S’il y a dans le filmage des scènes de cul de ces deux films deux démarches radicalement opposées, leur finalité s’avère être la même : montrer ce que d’ordinaire on ne montre pas, toucher un spectateur néophyte en la matière, faire du tabou un objet cinématographique.

Cannes 2013 aura, par le biais de ces deux films, marqué une nouvelle ère : l’homosexualité n’est plus filmée comme un prétexte – L’Inconnu du Lac est un sacré polar, tandis que La Vie d’Adèle est une géniale chronique de vie -, mais pas non plus expédiée le temps d’une scène. Car Guiraudie et Kechiche, là où d’autres se seraient cantonnés à une seule séquence plus ou moins explicite, normalisent encore la sexualité de leur héros en réitérant le process.
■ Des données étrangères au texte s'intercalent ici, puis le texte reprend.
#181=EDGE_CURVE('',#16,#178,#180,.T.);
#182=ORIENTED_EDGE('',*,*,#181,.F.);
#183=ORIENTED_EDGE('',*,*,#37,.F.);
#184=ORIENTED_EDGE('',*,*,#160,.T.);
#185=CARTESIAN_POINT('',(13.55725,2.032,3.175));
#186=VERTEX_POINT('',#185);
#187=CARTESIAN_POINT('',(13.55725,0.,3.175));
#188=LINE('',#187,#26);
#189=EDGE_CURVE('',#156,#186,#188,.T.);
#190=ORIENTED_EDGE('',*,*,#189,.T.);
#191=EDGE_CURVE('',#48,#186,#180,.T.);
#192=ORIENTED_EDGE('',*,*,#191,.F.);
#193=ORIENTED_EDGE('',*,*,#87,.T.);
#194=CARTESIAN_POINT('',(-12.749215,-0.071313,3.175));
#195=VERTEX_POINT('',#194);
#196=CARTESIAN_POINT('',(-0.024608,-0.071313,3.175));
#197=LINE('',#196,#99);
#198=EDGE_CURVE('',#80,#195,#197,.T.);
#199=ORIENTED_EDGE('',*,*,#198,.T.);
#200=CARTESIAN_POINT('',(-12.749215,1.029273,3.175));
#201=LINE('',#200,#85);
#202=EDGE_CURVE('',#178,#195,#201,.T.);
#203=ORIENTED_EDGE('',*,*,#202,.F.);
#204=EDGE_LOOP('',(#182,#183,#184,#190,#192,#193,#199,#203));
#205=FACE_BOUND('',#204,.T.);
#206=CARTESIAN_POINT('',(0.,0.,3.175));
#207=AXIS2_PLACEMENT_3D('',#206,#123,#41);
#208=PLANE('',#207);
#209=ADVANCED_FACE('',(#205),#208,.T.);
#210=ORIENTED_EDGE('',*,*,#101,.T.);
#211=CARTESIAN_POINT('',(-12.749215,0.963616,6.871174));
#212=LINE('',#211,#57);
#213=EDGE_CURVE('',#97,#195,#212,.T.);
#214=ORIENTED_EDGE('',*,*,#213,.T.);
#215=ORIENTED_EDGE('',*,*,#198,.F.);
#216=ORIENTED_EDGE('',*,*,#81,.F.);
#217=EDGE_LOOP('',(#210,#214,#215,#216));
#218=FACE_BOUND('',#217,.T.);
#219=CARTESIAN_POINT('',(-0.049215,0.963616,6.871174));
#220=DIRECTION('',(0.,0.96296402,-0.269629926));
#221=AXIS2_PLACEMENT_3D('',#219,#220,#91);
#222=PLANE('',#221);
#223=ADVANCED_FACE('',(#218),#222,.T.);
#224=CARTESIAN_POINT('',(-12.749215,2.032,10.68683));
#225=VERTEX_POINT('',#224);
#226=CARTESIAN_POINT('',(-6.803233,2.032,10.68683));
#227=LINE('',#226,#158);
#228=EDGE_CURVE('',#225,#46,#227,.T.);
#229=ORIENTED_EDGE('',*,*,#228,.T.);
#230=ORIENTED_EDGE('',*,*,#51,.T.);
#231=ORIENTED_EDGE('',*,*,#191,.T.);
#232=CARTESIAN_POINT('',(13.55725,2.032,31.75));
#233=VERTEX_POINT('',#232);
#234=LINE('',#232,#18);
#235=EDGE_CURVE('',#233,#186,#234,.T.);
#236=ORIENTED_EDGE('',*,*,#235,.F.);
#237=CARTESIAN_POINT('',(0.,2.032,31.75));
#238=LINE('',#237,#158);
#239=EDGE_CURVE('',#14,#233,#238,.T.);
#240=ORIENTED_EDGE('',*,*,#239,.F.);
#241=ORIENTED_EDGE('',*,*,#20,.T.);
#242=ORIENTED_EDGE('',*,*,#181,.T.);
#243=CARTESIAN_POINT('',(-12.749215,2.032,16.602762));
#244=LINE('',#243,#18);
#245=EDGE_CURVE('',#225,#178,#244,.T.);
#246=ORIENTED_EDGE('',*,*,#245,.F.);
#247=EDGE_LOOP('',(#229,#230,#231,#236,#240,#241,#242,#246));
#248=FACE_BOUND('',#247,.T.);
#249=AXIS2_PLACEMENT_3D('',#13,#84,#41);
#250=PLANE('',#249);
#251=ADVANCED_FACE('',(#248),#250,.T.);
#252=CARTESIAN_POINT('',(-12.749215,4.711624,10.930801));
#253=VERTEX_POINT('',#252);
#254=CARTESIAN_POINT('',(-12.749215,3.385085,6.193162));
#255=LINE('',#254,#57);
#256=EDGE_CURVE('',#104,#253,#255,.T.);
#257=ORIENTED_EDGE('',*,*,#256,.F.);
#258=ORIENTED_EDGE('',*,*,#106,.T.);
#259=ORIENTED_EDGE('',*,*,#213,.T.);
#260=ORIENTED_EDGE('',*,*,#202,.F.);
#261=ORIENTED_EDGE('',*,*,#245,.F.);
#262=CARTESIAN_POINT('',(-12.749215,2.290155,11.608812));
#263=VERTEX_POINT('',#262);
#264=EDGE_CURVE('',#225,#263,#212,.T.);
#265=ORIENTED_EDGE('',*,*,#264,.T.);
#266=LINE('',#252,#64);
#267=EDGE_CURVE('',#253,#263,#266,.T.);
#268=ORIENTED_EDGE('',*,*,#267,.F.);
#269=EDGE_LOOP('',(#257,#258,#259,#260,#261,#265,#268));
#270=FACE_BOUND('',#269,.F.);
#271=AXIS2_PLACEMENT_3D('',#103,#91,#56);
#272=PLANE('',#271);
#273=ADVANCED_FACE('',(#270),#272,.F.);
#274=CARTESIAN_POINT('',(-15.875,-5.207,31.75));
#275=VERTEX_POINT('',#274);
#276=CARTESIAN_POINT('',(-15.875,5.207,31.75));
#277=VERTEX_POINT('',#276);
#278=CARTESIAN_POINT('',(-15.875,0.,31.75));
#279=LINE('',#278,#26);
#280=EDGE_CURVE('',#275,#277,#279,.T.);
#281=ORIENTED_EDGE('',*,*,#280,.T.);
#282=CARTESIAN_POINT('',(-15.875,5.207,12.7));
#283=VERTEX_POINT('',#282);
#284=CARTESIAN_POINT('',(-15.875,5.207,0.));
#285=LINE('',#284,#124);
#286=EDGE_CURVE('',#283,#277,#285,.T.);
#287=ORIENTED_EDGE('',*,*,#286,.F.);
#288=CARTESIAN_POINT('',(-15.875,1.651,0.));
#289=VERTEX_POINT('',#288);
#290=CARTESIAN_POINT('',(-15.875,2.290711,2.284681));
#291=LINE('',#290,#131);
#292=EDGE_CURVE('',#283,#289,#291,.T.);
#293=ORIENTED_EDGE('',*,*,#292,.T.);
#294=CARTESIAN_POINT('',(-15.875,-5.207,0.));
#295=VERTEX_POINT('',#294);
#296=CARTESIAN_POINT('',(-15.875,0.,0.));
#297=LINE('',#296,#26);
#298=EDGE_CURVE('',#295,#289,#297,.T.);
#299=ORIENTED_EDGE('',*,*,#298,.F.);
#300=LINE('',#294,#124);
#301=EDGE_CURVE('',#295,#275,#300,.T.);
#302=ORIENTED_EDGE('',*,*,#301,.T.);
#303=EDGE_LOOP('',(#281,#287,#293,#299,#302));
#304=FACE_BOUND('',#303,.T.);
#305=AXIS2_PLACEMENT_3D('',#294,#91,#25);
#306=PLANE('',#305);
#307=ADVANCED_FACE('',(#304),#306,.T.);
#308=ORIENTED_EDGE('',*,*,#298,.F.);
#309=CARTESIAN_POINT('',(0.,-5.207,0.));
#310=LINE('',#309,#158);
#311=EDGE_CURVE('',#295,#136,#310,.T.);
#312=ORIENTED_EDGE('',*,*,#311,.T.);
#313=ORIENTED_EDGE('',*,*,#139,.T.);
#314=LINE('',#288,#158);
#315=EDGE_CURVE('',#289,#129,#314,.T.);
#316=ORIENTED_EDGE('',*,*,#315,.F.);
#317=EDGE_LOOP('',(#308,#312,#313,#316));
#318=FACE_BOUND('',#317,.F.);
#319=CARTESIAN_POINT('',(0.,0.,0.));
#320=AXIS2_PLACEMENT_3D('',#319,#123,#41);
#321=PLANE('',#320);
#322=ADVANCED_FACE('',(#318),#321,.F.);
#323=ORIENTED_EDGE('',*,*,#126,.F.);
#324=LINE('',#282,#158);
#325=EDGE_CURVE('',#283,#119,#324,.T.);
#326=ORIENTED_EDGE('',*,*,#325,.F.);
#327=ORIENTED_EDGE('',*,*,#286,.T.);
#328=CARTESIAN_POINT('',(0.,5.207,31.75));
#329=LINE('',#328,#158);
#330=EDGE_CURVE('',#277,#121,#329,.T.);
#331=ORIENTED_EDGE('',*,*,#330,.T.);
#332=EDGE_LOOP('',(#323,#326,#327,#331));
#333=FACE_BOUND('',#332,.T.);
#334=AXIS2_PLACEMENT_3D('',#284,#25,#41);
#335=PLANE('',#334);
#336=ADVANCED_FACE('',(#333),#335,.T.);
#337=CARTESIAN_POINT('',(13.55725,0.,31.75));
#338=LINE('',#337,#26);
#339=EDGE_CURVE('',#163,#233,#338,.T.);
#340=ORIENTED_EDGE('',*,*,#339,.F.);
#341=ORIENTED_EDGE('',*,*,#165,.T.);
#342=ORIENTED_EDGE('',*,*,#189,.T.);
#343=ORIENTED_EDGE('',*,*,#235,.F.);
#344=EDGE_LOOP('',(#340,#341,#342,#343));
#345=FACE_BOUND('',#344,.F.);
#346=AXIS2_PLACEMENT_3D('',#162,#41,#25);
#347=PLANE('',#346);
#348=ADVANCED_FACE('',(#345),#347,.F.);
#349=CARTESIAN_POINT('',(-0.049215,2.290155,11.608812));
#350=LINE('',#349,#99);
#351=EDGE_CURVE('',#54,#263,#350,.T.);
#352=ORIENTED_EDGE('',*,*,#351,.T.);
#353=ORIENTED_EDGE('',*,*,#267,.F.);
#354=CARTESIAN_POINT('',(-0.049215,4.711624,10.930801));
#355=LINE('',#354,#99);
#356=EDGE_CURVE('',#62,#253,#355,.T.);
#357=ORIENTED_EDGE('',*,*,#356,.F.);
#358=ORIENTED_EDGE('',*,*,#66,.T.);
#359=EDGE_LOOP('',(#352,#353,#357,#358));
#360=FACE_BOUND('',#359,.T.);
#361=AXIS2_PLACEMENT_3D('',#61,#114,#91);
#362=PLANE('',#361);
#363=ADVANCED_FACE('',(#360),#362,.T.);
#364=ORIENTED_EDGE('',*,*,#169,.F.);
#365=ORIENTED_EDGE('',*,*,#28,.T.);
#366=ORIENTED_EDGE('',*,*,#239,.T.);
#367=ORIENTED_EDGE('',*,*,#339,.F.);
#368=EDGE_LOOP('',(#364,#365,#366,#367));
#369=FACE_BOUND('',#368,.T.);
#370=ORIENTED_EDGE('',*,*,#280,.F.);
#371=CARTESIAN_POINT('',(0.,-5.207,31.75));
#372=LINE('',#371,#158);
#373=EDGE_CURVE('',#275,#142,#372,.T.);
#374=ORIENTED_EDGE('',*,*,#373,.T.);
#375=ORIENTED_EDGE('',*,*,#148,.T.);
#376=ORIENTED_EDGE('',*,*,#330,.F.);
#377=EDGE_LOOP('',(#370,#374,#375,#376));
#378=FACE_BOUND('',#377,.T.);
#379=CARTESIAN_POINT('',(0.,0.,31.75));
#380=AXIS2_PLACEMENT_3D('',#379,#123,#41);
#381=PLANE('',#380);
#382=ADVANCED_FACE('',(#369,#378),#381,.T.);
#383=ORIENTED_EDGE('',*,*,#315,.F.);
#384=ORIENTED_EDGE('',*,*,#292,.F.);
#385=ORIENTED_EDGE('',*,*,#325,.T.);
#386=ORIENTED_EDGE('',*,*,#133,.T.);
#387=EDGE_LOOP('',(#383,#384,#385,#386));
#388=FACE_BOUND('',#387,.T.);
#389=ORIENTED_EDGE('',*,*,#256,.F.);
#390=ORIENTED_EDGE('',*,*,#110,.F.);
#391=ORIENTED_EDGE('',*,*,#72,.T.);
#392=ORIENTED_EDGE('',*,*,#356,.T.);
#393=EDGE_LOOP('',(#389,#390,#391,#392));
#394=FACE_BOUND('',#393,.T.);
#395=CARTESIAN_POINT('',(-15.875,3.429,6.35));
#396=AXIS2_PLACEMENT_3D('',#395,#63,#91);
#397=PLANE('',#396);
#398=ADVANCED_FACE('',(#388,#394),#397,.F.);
Ainsi, le spectateur choqué à l’issue de la première fellation, du premier cunnilingus, s’en verra offrir une seconde, puis une troisième, comme autant de chances d’acceptation, de banalisation. Aussi, les rires gênés et autres soupirs choqués fusant dans la salle cannoise à l’issue de la longue première séquence de cul de La Vie d’Adèle s’estompèrent un peu à la seconde, puis totalement à la troisième. L’épuisement des corps obsédant Kechiche dans tous ses films et particulièrement celui-ci, c’est non seulement celui de son héroïne, mais également ceux de ses spectateurs. Les scènes de cul se suivent, ne se ressemblent pas, mais se normalisent assez pour que l’œil devienne averti, et que le néophyte spectateur puisse se muer en habile esthète, en fin observateur, délesté de toute gêne.

L’effet est inattendu, on aura vu deux personnages faire l’amour, c’était beau, somme toute assez simple. On aura vu deux personnages s’aimer, inconditionnellement. On aura vu deux cinéastes, l’un homo, l’autre hétéro, les filmer, magistralement.